The lines to repeat are those below from the one containing "#20=EDGE_CURVE('',#14,#14,#19,.T.);" down to the one containing "#29=CARTESIAN_POINT('',(0.,89.6,-2.5));", both included; reproduce them exactly and nothing else.

Exercise data
☆ ☆ ☆

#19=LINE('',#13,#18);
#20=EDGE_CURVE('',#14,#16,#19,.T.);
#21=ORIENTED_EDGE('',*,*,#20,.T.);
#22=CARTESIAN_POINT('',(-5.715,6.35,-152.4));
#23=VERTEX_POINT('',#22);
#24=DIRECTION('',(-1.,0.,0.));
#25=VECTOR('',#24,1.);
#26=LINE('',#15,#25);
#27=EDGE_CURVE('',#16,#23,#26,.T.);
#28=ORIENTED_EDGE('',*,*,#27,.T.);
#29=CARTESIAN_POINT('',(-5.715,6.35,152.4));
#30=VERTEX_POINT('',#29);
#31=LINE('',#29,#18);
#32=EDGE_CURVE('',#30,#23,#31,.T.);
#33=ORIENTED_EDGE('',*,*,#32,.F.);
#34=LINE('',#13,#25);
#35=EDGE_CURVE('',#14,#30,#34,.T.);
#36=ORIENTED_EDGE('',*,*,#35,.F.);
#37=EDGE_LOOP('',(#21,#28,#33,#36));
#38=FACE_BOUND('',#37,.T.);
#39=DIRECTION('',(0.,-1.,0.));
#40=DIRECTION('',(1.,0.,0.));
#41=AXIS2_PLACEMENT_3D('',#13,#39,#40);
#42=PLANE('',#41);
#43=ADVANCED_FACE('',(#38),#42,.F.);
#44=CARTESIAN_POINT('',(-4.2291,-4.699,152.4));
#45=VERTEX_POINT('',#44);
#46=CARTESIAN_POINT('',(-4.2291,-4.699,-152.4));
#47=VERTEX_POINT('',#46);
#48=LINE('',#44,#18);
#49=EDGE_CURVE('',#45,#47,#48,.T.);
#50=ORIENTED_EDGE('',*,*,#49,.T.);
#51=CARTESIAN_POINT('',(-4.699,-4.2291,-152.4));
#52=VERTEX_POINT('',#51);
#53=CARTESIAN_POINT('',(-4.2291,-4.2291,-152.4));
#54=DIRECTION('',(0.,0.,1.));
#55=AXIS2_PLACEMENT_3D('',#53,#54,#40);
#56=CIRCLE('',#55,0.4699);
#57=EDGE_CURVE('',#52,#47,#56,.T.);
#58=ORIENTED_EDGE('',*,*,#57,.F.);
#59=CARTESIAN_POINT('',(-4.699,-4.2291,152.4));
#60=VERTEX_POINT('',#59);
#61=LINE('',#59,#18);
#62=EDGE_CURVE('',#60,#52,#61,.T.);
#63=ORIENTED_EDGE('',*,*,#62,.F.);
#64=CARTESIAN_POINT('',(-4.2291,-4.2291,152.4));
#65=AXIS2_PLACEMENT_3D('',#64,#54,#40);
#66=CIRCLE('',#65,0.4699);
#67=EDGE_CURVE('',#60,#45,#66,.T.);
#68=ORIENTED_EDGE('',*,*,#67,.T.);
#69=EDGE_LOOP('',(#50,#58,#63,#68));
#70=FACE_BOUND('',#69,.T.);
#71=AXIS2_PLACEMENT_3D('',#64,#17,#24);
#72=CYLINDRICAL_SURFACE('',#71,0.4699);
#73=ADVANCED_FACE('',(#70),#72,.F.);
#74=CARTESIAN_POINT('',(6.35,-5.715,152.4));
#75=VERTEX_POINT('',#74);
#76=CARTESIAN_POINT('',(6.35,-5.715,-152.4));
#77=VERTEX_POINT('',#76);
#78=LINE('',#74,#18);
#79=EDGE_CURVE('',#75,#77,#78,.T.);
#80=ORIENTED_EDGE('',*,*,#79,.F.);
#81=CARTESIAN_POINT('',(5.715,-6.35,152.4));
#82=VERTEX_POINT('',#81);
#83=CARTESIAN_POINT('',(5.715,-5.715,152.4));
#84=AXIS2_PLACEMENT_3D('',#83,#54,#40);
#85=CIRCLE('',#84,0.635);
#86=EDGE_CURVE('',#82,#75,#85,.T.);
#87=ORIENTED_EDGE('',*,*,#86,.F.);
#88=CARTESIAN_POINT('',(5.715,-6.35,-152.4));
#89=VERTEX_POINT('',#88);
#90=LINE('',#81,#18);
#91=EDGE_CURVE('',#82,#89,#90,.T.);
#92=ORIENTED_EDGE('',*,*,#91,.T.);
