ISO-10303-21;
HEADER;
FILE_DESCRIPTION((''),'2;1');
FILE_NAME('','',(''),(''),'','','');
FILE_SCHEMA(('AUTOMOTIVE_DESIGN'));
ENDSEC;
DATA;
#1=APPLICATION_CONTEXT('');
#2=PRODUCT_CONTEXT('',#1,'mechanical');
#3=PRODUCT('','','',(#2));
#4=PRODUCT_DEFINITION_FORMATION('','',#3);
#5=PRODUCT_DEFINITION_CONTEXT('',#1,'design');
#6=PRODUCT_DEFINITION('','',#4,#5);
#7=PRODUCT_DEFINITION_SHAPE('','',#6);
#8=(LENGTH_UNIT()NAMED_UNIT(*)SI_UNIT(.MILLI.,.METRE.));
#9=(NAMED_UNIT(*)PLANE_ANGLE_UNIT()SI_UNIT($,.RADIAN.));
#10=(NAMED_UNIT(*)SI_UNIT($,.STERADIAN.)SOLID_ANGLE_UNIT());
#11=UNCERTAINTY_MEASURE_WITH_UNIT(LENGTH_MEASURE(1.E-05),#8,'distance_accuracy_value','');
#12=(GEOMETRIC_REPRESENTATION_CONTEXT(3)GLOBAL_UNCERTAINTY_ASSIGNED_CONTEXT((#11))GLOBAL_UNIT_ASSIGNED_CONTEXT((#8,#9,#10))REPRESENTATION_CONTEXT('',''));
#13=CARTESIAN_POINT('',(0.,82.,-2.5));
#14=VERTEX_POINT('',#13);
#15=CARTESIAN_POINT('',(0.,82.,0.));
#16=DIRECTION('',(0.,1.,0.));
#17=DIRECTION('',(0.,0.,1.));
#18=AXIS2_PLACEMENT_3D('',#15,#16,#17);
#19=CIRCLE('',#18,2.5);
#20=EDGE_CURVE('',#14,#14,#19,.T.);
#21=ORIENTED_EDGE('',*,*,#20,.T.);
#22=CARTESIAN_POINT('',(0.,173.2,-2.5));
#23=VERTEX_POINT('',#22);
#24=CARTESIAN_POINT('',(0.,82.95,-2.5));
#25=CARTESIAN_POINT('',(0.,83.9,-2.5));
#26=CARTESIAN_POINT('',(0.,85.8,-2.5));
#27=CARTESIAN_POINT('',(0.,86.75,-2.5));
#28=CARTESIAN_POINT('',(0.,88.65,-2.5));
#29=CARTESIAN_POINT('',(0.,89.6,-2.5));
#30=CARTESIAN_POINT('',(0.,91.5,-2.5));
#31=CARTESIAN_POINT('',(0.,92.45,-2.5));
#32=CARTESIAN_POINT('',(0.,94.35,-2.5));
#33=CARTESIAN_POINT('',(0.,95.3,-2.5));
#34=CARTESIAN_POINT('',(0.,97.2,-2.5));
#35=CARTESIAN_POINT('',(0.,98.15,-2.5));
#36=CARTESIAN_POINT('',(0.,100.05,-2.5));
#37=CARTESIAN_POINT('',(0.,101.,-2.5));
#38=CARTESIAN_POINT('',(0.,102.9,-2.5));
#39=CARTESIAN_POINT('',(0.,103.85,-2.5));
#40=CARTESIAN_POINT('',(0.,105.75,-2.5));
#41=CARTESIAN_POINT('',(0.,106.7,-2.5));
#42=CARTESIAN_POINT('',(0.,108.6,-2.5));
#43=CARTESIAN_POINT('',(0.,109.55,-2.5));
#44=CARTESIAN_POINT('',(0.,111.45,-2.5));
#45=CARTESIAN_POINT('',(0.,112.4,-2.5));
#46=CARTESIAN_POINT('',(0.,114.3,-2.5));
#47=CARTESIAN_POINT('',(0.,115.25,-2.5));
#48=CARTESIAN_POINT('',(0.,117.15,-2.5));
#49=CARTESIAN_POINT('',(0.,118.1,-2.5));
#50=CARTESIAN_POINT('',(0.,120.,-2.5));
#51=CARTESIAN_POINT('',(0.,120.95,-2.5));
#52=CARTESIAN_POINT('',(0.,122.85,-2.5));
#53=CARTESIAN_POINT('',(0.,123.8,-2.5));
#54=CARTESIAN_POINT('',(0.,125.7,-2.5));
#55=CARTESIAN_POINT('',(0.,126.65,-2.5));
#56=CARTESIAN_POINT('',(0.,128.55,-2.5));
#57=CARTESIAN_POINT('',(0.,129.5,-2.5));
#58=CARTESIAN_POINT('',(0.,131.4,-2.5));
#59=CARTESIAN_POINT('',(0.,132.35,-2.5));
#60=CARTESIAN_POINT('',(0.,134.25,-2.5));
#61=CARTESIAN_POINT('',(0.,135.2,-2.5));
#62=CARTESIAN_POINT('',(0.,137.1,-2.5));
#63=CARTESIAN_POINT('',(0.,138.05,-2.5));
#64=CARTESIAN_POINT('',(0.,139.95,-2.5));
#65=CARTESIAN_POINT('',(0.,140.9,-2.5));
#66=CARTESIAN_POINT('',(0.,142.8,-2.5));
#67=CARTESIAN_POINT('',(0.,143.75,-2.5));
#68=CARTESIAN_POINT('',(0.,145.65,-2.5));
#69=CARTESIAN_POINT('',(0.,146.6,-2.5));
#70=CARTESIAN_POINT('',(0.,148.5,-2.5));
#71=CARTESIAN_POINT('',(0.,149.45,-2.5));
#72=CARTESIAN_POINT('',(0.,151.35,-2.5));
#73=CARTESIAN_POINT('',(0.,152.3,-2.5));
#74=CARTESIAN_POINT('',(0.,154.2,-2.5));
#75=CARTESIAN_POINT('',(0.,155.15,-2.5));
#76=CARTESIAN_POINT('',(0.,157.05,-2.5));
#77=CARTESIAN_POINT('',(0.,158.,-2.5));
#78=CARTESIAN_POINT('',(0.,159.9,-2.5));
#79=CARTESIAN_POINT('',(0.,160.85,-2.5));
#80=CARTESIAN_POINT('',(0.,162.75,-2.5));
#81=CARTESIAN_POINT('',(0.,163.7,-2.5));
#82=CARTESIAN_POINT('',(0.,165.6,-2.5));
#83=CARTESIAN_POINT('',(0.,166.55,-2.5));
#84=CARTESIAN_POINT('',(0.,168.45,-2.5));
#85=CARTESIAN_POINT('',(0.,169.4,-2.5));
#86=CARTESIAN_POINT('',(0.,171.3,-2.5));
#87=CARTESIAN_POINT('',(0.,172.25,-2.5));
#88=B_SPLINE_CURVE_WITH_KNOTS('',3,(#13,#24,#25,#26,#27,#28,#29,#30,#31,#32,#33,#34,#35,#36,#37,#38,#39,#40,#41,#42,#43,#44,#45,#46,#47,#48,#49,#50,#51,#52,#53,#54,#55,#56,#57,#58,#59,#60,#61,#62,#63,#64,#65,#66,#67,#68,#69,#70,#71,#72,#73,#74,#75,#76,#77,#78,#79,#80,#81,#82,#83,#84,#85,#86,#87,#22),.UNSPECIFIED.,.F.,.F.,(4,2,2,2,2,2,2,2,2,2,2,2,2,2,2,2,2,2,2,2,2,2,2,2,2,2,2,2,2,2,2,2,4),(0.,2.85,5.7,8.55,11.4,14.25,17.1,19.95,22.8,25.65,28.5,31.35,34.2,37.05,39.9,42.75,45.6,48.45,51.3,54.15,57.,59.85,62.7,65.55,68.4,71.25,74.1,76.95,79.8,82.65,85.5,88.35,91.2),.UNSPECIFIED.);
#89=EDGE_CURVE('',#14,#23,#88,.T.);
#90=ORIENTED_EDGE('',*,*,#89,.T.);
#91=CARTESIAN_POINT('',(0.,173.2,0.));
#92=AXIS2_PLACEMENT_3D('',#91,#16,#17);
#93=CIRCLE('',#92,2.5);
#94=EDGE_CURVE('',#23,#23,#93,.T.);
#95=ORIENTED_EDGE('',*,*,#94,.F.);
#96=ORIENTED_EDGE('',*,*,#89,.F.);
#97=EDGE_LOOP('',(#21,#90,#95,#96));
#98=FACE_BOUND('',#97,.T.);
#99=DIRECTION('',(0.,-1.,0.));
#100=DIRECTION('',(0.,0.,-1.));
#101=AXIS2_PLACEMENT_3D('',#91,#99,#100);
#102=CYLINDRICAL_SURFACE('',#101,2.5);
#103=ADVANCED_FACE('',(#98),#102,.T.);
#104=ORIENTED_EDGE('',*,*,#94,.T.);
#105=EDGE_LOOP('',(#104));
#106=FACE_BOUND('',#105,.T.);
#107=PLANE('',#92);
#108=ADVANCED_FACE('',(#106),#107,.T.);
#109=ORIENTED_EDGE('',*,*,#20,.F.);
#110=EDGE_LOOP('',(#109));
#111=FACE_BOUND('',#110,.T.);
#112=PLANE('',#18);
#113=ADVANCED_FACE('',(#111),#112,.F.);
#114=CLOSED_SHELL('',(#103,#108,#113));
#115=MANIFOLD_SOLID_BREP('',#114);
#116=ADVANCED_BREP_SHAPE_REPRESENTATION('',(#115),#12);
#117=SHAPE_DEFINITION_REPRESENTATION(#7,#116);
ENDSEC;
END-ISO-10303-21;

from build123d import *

# Parameters (mm, degrees)
SKETCH_1_R               = 2.5
EXTRUDE_1_DEPTH          = 173.2
SKETCH_3_R               = 77
EXTRUDE_4_DEPTH          = 4
SKETCH_8_R               = 15
EXTRUDE_7_DEPTH          = 3
CUT_EXTRUDE_2_REACH      = 198.527
SKETCH_9_R               = 5
PATTERN_CIRCULAR_1_COUNT = 3
SKETCH_11_R              = 2.5
CUT_EXTRUDE_4_DEPTH      = 143.040275978
EXTRUDE_START            = 6.6
SKETCH_12_R              = 2.5
EXTRUDE_8_DEPTH          = 6.6
CUT_EXTRUDE_6_REACH      = 138.076
SKETCH_13_R              = 77
SKETCH_13_R_2            = 15
SKETCH_14_R              = 15
CUT_EXTRUDE_7_DEPTH      = 10
SKETCH_15_R              = 2.5
EXTRUDE_9_DEPTH          = 10


with BuildPart() as part:
    # 草图1 → 凸台-拉伸1 (new body)
    with BuildSketch(Plane(origin=(0, 0, 0), x_dir=(1, 0, 0), z_dir=(0, 1, 0))):
        with Locations(Location((0, 0, 0), (0, 0, 90))):
            Circle(SKETCH_1_R)
    extrude(amount=EXTRUDE_1_DEPTH)

    # 草图3 → 凸台-拉伸4 (add)
    with BuildSketch(Plane(origin=(0, 163.6, 0), x_dir=(1, 0, 0), z_dir=(0, 1, 0))):
        with Locations(Location((0, 0, 0), (0, 0, 270))):
            Circle(SKETCH_3_R)
    extrude(amount=-EXTRUDE_4_DEPTH)

    # 草图8 → 凸台-拉伸7 (add)
    with BuildSketch(Plane(origin=(0, 159.6, 0), x_dir=(-1, 0, 0), z_dir=(0, -1, 0))):
        with Locations(Location((0, 0, 0), (0, 0, 270))):
            Circle(SKETCH_8_R)
    extrude(amount=EXTRUDE_7_DEPTH)

    # 草图9 → 切除-拉伸2 (cut, up to next)
    with BuildSketch(Plane(origin=(0, 163.6, 0), x_dir=(1, 0, 0), z_dir=(0, 1, 0)), mode=Mode.PRIVATE) as cut_extrude_2_sk1:
        with Locations(Location((0, 45, 0), (0, 0, 270))):
            Circle(SKETCH_9_R)
    cut_extrude_2_tool1 = extrude(cut_extrude_2_sk1.sketch, amount=-CUT_EXTRUDE_2_REACH, mode=Mode.PRIVATE) & part.part
    cut_extrude_2 = cut_extrude_2_tool1.solids().sort_by_distance((0, 163.6, -45))[0]
    add(cut_extrude_2, mode=Mode.SUBTRACT)

    # 阵列(圆周)1: 切除-拉伸2 ×3 about axis
    pattern_circular_1_axis = Axis((0, 0, 0), (0, 1, 0))
    for i in range(1, PATTERN_CIRCULAR_1_COUNT):
        add(cut_extrude_2.rotate(pattern_circular_1_axis, i * 360 / PATTERN_CIRCULAR_1_COUNT), mode=Mode.SUBTRACT)

    # 草图11 → 切除-拉伸4 (cut, through all)
    with BuildSketch(Plane(origin=(0, 82, 0), x_dir=(1, 0, 0), z_dir=(0, 1, 0))):
        with Locations(Location((0, 0, 0), (0, 0, 90))):
            Circle(SKETCH_11_R)
    extrude(amount=-CUT_EXTRUDE_4_DEPTH, mode=Mode.SUBTRACT)

    # 草图12 → 凸台-拉伸8 (add)
    with BuildSketch(Plane(origin=(0, 153.6, 0), x_dir=(-1, 0, 0), z_dir=(0, -1, 0)).offset(EXTRUDE_START)):
        with Locations(Location((0, 0, 0), (0, 0, 90))):
            Circle(SKETCH_12_R)
    extrude(amount=-EXTRUDE_8_DEPTH)

    # 草图13 → 切除-拉伸6 (cut, up to next)
    with BuildSketch(Plane(origin=(0, 163.6, 0), x_dir=(1, 0, 0), z_dir=(0, 1, 0)), mode=Mode.PRIVATE) as cut_extrude_6_sk1:
        Circle(SKETCH_13_R)
        with Locations(Location((0, 0, 0), (0, 0, 270))):
            Circle(SKETCH_13_R_2, mode=Mode.SUBTRACT)
    cut_extrude_6_tool1 = extrude(cut_extrude_6_sk1.sketch, amount=-CUT_EXTRUDE_6_REACH, mode=Mode.PRIVATE) & part.part
    add(cut_extrude_6_tool1.solids().sort_by_distance((-74.822111, 163.6, 0))[0], mode=Mode.SUBTRACT)

    # 草图14 → 切除-拉伸7 (cut)
    with BuildSketch(Plane(origin=(0, 163.6, 0), x_dir=(1, 0, 0), z_dir=(0, 1, 0))):
        Circle(SKETCH_14_R)
    extrude(amount=-CUT_EXTRUDE_7_DEPTH, mode=Mode.SUBTRACT)


with BuildPart() as cut_extrude_7_piece_1:
    # of the separate pieces the step leaves, piece 1, a body of its own (cut_extrude_7_pieces)
    add(part.part.solids().sort_by_distance((0, 82, -2.5))[0])



with BuildPart() as cut_extrude_7_piece_2:
    # of the separate pieces the step leaves, piece 2, a body of its own (cut_extrude_7_pieces)
    add(part.part.solids().sort_by_distance((0, 163.6, -2.5))[0])


with BuildPart() as cut_extrude_7_piece_1_1:
    add(cut_extrude_7_piece_1.part)

    add(cut_extrude_7_piece_2.part)  # 凸台-拉伸9 merges 切除-拉伸7 piece 2
    # 草图15 → 凸台-拉伸9 (add)
    with BuildSketch(Plane(origin=(0, 153.6, 0), x_dir=(-1, 0, 0), z_dir=(0, -1, 0))):
        with Locations(Location((0, 0, 0), (0, 0, 90))):
            Circle(SKETCH_15_R)
    extrude(amount=-EXTRUDE_9_DEPTH)


solid = cut_extrude_7_piece_1_1.part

☆ ☆ ☆

Written response
#20=EDGE_CURVE('',#14,#14,#19,.T.);
#21=ORIENTED_EDGE('',*,*,#20,.T.);
#22=CARTESIAN_POINT('',(0.,173.2,-2.5));
#23=VERTEX_POINT('',#22);
#24=CARTESIAN_POINT('',(0.,82.95,-2.5));
#25=CARTESIAN_POINT('',(0.,83.9,-2.5));
#26=CARTESIAN_POINT('',(0.,85.8,-2.5));
#27=CARTESIAN_POINT('',(0.,86.75,-2.5));
#28=CARTESIAN_POINT('',(0.,88.65,-2.5));
#29=CARTESIAN_POINT('',(0.,89.6,-2.5));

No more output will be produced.